Look through the data below and extract, unchanged, the lines from the one that contains "f 209 208 210" to the one that contains "f 254 253 255", both included.

===== Records to use =====

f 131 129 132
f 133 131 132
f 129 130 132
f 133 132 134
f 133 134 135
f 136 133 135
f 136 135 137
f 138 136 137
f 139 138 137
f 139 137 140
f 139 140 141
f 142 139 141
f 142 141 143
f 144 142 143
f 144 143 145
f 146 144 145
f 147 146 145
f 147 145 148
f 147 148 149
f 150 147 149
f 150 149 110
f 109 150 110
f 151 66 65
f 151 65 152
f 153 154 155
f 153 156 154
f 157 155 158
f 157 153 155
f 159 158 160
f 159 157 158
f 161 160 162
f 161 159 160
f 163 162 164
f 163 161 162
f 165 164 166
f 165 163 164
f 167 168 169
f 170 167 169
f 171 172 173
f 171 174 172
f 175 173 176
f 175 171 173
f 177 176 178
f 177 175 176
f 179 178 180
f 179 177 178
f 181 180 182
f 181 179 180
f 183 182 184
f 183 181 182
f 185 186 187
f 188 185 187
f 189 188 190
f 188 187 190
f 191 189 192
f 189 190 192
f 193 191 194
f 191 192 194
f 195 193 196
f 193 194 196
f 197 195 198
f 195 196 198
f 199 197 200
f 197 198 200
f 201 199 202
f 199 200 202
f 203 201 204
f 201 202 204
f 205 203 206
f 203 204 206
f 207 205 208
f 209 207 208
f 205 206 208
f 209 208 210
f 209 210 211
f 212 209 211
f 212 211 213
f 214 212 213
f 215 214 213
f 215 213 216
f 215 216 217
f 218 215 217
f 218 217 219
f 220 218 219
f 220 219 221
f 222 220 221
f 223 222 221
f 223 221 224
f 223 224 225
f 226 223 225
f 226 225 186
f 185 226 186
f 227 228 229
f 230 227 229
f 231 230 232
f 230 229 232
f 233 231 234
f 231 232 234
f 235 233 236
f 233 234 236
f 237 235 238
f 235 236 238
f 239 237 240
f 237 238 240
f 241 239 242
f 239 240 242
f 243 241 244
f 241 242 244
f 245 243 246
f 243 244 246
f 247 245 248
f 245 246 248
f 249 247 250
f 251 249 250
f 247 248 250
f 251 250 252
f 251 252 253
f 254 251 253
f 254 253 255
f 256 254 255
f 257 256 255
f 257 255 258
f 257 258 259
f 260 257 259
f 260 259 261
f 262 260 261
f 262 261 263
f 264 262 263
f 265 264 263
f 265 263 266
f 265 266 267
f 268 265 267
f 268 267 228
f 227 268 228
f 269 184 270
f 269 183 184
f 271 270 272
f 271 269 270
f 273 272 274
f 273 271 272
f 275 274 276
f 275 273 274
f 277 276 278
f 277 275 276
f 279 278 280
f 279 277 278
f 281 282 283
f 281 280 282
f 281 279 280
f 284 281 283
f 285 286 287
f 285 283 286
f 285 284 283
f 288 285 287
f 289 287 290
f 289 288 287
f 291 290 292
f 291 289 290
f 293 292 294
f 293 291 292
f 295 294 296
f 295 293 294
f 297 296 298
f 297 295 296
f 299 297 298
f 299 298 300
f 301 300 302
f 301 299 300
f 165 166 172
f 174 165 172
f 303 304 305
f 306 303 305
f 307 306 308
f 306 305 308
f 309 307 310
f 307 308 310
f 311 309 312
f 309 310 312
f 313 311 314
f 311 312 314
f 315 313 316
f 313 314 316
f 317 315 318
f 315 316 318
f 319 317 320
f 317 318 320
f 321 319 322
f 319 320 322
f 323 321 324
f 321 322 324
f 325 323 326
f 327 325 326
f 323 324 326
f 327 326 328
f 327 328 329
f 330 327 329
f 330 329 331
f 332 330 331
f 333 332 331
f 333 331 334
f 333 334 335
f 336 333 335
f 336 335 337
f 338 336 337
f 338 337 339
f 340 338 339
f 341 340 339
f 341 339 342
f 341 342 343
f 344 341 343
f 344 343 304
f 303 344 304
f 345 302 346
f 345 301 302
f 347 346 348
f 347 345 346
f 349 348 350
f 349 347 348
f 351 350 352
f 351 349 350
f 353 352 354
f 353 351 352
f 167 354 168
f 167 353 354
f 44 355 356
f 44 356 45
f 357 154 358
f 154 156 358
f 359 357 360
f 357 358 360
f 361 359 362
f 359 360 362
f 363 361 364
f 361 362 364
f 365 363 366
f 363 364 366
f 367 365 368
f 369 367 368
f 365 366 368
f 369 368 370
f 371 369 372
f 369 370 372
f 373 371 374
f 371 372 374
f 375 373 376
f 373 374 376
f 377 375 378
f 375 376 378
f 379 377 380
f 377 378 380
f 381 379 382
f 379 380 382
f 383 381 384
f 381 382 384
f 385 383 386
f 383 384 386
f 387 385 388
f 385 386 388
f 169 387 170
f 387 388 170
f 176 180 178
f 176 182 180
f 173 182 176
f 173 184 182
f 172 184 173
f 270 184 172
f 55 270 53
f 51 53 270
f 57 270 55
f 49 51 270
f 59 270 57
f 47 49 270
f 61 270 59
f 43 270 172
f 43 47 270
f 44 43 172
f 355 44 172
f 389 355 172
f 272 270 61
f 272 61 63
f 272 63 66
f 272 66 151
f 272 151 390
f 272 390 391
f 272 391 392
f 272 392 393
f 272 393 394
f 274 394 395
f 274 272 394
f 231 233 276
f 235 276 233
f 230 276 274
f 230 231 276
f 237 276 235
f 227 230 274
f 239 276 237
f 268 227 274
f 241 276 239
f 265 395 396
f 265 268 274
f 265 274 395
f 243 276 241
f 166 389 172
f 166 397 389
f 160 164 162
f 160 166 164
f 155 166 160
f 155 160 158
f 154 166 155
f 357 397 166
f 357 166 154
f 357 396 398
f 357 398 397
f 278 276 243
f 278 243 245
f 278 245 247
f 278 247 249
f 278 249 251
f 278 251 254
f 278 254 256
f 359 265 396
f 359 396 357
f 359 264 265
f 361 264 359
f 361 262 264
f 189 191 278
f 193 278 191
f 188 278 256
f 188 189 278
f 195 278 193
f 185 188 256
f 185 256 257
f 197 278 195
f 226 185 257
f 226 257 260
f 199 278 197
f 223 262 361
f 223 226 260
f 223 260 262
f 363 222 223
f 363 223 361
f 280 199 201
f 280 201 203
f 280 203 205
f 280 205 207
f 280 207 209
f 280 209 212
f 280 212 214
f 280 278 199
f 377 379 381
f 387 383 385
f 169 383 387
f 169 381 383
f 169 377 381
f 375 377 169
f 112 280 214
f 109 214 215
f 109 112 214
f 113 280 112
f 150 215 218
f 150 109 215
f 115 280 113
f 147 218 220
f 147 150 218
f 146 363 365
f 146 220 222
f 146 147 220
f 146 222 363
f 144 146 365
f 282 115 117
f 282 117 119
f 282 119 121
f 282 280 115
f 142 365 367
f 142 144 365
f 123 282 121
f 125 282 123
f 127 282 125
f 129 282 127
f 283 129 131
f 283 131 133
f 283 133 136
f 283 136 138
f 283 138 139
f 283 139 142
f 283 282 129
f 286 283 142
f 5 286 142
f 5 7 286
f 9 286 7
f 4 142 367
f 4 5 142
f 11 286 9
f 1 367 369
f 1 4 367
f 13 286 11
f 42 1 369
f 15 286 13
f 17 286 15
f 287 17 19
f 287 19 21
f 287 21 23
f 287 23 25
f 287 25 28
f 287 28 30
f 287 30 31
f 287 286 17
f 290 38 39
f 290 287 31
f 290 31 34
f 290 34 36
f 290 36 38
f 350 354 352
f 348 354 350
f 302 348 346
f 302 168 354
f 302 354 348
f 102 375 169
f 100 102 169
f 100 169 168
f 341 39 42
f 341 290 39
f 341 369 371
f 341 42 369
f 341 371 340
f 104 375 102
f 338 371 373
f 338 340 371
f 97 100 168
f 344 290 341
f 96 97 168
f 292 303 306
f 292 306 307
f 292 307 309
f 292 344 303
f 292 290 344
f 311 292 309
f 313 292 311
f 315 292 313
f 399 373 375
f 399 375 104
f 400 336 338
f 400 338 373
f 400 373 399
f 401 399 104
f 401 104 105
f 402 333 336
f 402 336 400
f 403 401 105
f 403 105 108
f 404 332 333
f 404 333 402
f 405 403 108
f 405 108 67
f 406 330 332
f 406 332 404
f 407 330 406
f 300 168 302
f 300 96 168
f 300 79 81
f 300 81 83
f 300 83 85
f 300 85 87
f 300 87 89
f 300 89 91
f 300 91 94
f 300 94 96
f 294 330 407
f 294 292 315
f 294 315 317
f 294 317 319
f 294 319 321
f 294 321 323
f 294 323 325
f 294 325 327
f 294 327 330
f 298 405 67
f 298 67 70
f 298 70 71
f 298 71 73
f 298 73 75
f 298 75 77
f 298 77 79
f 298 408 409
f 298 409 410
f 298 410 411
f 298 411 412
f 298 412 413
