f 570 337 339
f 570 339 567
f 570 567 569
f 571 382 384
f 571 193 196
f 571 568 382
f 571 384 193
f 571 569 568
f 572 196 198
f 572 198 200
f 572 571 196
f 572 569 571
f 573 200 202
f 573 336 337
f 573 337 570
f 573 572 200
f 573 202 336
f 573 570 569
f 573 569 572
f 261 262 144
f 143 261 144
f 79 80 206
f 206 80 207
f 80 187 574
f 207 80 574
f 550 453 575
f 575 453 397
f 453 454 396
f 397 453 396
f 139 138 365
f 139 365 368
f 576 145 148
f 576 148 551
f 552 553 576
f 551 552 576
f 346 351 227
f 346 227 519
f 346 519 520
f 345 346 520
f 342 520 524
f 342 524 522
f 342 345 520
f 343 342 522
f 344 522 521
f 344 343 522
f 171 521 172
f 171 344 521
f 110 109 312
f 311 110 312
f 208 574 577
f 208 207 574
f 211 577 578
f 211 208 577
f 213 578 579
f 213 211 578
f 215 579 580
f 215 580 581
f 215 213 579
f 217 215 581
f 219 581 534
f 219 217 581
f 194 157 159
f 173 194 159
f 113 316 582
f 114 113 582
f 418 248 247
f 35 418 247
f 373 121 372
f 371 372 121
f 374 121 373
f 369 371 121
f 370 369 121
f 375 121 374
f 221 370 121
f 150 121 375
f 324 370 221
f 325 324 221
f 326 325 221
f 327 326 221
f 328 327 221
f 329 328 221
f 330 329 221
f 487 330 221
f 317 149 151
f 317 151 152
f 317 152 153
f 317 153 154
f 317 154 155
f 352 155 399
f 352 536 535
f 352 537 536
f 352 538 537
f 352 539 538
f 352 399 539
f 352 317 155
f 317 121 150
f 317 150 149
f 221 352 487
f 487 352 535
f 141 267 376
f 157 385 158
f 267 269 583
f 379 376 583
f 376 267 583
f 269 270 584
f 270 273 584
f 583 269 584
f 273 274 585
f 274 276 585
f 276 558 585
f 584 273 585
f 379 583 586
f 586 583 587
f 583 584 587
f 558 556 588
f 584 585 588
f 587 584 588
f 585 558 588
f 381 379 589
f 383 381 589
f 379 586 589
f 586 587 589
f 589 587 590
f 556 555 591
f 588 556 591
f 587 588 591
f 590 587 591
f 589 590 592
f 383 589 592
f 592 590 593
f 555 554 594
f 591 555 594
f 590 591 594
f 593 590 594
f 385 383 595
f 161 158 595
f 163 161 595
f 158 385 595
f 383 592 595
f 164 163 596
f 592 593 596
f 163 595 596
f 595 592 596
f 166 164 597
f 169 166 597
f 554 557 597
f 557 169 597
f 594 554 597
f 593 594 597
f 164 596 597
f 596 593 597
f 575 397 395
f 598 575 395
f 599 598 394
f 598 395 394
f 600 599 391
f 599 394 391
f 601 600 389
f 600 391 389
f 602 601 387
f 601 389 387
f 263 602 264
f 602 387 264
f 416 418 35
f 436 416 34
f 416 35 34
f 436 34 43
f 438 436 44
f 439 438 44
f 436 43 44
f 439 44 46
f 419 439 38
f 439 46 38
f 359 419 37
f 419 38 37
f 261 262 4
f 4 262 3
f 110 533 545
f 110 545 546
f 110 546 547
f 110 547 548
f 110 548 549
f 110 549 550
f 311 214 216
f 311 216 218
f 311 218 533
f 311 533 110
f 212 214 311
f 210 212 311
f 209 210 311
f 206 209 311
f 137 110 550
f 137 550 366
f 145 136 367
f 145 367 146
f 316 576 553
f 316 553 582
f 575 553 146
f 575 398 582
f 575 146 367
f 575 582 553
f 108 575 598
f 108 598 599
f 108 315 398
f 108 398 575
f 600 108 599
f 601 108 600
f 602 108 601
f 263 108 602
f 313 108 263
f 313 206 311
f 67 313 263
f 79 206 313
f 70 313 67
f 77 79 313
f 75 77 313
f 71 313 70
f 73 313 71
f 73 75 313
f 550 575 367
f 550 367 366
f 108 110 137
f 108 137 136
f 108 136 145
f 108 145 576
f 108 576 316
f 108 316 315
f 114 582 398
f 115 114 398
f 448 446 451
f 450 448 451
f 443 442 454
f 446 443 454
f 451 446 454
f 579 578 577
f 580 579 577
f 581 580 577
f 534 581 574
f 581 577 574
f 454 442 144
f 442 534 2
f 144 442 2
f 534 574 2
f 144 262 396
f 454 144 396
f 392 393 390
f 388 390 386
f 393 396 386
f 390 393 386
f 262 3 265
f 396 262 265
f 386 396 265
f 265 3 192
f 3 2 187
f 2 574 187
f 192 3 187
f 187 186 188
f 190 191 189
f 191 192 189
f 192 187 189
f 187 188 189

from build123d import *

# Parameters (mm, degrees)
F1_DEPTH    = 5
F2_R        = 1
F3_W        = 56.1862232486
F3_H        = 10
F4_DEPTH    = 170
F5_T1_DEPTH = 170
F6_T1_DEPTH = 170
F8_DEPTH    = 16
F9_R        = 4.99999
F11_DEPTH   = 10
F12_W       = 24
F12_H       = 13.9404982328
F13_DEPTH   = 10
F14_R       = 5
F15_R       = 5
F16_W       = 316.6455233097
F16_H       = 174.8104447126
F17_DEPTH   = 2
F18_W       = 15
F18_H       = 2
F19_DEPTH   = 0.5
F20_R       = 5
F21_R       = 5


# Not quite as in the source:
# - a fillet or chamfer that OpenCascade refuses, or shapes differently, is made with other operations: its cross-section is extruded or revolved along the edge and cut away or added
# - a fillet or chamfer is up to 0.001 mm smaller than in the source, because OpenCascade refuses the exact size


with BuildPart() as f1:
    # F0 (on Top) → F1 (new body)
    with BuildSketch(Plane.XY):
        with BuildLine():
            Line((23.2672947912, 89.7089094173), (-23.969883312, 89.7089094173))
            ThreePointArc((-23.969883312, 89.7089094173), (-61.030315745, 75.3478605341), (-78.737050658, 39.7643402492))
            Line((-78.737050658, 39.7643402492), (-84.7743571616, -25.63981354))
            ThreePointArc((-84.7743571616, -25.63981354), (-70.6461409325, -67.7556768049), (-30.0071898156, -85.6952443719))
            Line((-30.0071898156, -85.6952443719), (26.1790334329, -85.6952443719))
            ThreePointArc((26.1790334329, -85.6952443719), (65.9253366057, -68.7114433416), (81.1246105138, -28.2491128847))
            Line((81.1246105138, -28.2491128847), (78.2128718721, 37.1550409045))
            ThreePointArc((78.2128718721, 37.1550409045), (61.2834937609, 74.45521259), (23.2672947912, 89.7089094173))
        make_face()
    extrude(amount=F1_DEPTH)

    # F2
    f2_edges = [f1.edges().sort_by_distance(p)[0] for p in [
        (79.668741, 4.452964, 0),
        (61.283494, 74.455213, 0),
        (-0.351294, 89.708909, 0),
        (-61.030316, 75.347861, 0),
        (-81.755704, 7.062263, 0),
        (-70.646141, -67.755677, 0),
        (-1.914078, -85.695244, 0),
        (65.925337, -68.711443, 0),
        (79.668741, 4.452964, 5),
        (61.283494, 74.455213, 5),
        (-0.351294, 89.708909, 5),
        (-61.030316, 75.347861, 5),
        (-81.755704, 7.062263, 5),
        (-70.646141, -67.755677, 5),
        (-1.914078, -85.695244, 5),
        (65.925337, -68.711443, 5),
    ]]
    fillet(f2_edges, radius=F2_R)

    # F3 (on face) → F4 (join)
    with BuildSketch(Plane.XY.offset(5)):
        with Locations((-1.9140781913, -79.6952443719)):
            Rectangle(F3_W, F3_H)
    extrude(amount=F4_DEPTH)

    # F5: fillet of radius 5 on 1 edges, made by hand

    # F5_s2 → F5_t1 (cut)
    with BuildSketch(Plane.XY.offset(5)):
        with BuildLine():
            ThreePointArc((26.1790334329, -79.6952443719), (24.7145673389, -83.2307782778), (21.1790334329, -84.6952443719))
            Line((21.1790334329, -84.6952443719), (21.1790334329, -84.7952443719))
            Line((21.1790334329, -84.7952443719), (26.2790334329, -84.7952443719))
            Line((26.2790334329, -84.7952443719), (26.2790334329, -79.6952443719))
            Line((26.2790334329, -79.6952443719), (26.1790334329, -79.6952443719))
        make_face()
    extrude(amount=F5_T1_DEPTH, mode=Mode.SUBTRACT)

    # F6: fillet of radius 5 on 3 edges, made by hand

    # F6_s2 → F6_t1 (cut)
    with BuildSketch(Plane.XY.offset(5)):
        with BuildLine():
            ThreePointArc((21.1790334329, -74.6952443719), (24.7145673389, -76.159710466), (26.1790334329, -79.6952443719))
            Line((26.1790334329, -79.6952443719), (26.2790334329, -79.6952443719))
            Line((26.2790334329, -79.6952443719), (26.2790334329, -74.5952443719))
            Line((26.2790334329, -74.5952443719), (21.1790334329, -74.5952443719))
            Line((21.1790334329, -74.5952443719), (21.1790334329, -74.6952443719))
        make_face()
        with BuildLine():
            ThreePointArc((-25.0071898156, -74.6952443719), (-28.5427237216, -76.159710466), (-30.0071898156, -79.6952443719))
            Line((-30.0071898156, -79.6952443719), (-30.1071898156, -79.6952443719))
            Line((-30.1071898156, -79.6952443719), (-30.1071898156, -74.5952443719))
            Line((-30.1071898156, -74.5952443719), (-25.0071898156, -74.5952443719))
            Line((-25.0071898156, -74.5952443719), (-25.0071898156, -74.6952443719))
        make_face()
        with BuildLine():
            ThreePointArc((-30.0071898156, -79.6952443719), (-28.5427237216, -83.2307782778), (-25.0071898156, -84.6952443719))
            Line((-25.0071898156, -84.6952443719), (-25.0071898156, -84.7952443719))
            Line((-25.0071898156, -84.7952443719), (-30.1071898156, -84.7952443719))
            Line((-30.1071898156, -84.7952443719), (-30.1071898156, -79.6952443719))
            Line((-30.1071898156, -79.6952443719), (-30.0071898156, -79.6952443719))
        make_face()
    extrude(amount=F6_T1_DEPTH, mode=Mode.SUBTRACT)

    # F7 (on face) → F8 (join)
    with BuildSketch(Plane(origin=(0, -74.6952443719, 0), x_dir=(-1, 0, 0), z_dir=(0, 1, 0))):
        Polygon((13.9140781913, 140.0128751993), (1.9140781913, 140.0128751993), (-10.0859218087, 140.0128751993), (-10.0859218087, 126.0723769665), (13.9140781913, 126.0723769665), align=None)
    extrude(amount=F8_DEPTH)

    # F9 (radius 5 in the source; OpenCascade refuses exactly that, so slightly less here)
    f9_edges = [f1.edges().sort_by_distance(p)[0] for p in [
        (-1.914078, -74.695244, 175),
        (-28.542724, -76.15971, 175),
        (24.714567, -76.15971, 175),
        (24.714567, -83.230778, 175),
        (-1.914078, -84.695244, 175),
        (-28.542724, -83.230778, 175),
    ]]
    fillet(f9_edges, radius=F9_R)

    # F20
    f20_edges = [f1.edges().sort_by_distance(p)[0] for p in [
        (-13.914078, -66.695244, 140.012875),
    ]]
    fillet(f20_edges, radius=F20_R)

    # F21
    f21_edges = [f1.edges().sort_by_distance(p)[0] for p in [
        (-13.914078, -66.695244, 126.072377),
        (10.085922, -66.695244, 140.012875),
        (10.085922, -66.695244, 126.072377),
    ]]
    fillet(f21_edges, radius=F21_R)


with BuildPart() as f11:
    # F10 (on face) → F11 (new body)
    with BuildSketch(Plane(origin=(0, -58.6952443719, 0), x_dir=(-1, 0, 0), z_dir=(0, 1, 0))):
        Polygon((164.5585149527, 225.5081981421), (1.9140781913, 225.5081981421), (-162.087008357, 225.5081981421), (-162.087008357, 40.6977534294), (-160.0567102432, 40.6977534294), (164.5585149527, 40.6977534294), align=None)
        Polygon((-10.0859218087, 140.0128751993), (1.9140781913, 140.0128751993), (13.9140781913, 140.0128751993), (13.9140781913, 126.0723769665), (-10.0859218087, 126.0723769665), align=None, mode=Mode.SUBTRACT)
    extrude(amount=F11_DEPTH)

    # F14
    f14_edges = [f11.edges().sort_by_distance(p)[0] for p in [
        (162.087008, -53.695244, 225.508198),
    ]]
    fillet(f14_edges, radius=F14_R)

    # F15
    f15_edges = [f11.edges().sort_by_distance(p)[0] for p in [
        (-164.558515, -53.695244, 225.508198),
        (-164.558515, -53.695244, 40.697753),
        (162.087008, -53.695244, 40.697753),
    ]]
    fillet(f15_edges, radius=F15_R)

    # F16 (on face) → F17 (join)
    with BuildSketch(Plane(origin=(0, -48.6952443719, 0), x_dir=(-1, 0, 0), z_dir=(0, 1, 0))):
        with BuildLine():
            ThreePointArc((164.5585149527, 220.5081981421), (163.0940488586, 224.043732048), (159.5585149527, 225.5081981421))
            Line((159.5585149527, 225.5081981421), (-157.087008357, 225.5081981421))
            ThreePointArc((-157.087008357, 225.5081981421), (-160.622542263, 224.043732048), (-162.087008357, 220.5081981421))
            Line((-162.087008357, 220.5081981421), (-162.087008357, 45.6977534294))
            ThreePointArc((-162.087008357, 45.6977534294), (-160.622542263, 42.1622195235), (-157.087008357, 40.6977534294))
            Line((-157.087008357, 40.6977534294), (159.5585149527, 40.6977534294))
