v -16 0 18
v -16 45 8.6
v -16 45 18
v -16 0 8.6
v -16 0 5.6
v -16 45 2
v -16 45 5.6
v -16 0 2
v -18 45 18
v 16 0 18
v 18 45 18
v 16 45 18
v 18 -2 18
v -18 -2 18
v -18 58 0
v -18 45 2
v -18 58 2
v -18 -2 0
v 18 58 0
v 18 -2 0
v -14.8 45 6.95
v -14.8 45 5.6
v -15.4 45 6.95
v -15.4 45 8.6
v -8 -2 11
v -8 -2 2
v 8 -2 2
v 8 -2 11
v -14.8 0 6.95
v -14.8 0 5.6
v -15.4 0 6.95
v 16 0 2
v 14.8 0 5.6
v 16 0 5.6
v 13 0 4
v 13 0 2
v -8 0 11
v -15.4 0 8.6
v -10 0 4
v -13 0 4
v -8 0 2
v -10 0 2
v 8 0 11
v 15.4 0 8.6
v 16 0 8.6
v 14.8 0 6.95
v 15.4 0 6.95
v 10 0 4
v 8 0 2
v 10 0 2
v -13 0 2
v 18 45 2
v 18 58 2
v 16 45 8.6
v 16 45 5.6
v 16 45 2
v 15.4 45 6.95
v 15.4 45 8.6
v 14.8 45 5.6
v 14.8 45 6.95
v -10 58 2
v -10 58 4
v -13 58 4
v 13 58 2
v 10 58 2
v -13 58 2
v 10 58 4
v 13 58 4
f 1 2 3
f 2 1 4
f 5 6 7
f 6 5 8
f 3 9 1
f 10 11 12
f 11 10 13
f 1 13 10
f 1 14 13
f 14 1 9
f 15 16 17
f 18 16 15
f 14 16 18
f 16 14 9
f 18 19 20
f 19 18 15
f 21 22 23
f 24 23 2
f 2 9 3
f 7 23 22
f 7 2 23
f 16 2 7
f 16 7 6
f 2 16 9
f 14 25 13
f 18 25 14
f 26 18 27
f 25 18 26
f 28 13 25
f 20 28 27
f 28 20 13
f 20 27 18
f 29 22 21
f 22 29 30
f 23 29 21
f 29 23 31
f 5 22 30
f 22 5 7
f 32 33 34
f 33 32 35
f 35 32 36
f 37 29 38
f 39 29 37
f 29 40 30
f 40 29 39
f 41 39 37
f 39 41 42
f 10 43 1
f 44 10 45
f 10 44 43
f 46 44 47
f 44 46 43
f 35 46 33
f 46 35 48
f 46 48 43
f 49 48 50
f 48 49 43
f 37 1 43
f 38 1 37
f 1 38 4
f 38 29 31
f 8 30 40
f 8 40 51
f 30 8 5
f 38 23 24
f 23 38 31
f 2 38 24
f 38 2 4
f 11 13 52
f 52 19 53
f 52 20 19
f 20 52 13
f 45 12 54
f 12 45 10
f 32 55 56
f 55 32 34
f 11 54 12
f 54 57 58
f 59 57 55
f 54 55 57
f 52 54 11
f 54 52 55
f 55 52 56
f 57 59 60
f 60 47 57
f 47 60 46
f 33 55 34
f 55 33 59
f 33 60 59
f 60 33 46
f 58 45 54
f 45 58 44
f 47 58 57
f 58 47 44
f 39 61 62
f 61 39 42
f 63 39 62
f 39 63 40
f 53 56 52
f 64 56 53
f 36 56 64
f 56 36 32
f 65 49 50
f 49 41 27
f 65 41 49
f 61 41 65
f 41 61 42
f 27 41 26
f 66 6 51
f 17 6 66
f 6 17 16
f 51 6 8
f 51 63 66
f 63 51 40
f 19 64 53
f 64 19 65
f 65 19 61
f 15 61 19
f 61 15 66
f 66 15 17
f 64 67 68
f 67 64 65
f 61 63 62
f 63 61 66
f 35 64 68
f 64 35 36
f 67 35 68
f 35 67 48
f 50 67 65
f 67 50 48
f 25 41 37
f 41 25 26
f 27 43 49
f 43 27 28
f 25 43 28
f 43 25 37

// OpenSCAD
// Parametric enclosure for ESP8266 dev boards (NodeMCU / D1 mini class).
// Same geometry as esp8266-enclosure.py; edit the numbers, render, print.
//
//   board_w = width across the two header rows
//   board_l = length from the USB end to the antenna end
//
// The board drops in from the top, the side ribs catch the header strips,
// the end wall leaves a slot for the USB plug, and the antenna end is left
// open so nothing sits next to the radio.

board_w      = 30;    // mm
board_l      = 58;    // mm
pcb_t        = 1.6;
wall         = 2;
floor_t      = 2;
side_clear   = 1;
wall_h       = 18;
antenna_open = 13;
rail_h       = 2;
rail_w       = 3;
rail_inset   = 2;
rib_h        = 3;
rib_interference = 0.2;
usb_cut_w    = 16;
usb_slot_h   = 9;
vent_count   = 4;
vent_w       = 2;
vent_h       = 6;
vent_z       = 9;
vent_start   = 8;
vent_pitch   = 6;

half      = board_w / 2;
in_half   = half + side_clear;
out_half  = in_half + wall;
side_end  = board_l - antenna_open;
rail_top  = floor_t + rail_h;
pcb_top   = rail_top + pcb_t;
slot_top  = floor_t + usb_slot_h;

module side_wall(s) {
    wall_x = [s * in_half, s * out_half];
    translate([min(wall_x), -wall, 0])
        cube([abs(wall_x[1] - wall_x[0]), side_end + wall, wall_h - floor_t]);
    for (i = [0 : vent_count - 1])
        translate([min(wall_x), vent_start + i * vent_pitch, vent_z])
            cube([abs(wall_x[1] - wall_x[0]), vent_w, wall_h - vent_z]);
    translate([min(wall_x), -wall, vent_z + vent_h])
        cube([abs(wall_x[1] - wall_x[0]), side_end + wall, wall_h - vent_z - vent_h]);
    translate([min(wall_x), -wall, floor_t])
        cube([abs(wall_x[1] - wall_x[0]), side_end + wall, vent_z - floor_t]);
}

module rail(s) {
    x0 = s * (half - rail_inset);
    x1 = s * (half - rail_inset - rail_w);
    translate([min(x0, x1), 0, floor_t])
        cube([rail_w, board_l, rail_h]);
}

module rib(s) {
    x_out = s * in_half;
    x_in  = s * (in_half - side_clear - rib_interference);
    x_in2 = s * (in_half - side_clear - rib_interference + 0.6);
    translate([min(x_out, x_in), 0, pcb_top])
        cube([abs(x_out - x_in), side_end, rib_h * 0.45]);
    translate([min(x_out, x_in2), 0, pcb_top + rib_h * 0.45])
        cube([abs(x_out - x_in2), side_end, rib_h * 0.55]);
}

module enclosure() {
    translate([-out_half, -wall, 0])
        cube([out_half * 2, board_l + wall, floor_t]);
    for (s = [-1, 1]) {
        side_wall(s);
        rail(s);
        rib(s);
    }
    translate([-in_half, -wall, floor_t])
        cube([in_half - usb_cut_w / 2, wall, wall_h - floor_t]);
    translate([usb_cut_w / 2, -wall, floor_t])
        cube([in_half - usb_cut_w / 2, wall, wall_h - floor_t]);
    translate([-usb_cut_w / 2, -wall, slot_top])
        cube([usb_cut_w, wall, wall_h - slot_top]);
}

enclosure();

=====

Exercise solution =
f 209 208 210
f 209 210 211
f 212 209 211
f 212 211 213
f 214 212 213
f 215 214 213
f 215 213 216
f 215 216 217
f 218 215 217
f 218 217 219
f 220 218 219
f 220 219 221
f 222 220 221
f 223 222 221
f 223 221 224
f 223 224 225
f 226 223 225
f 226 225 186
f 185 226 186
f 227 228 229
f 230 227 229
f 231 230 232
f 230 229 232
f 233 231 234
f 231 232 234
f 235 233 236
f 233 234 236
f 237 235 238
f 235 236 238
f 239 237 240
f 237 238 240
f 241 239 242
f 239 240 242
f 243 241 244
f 241 242 244
f 245 243 246
f 243 244 246
f 247 245 248
f 245 246 248
f 249 247 250
f 251 249 250
f 247 248 250
f 251 250 252
f 251 252 253
f 254 251 253
f 254 253 255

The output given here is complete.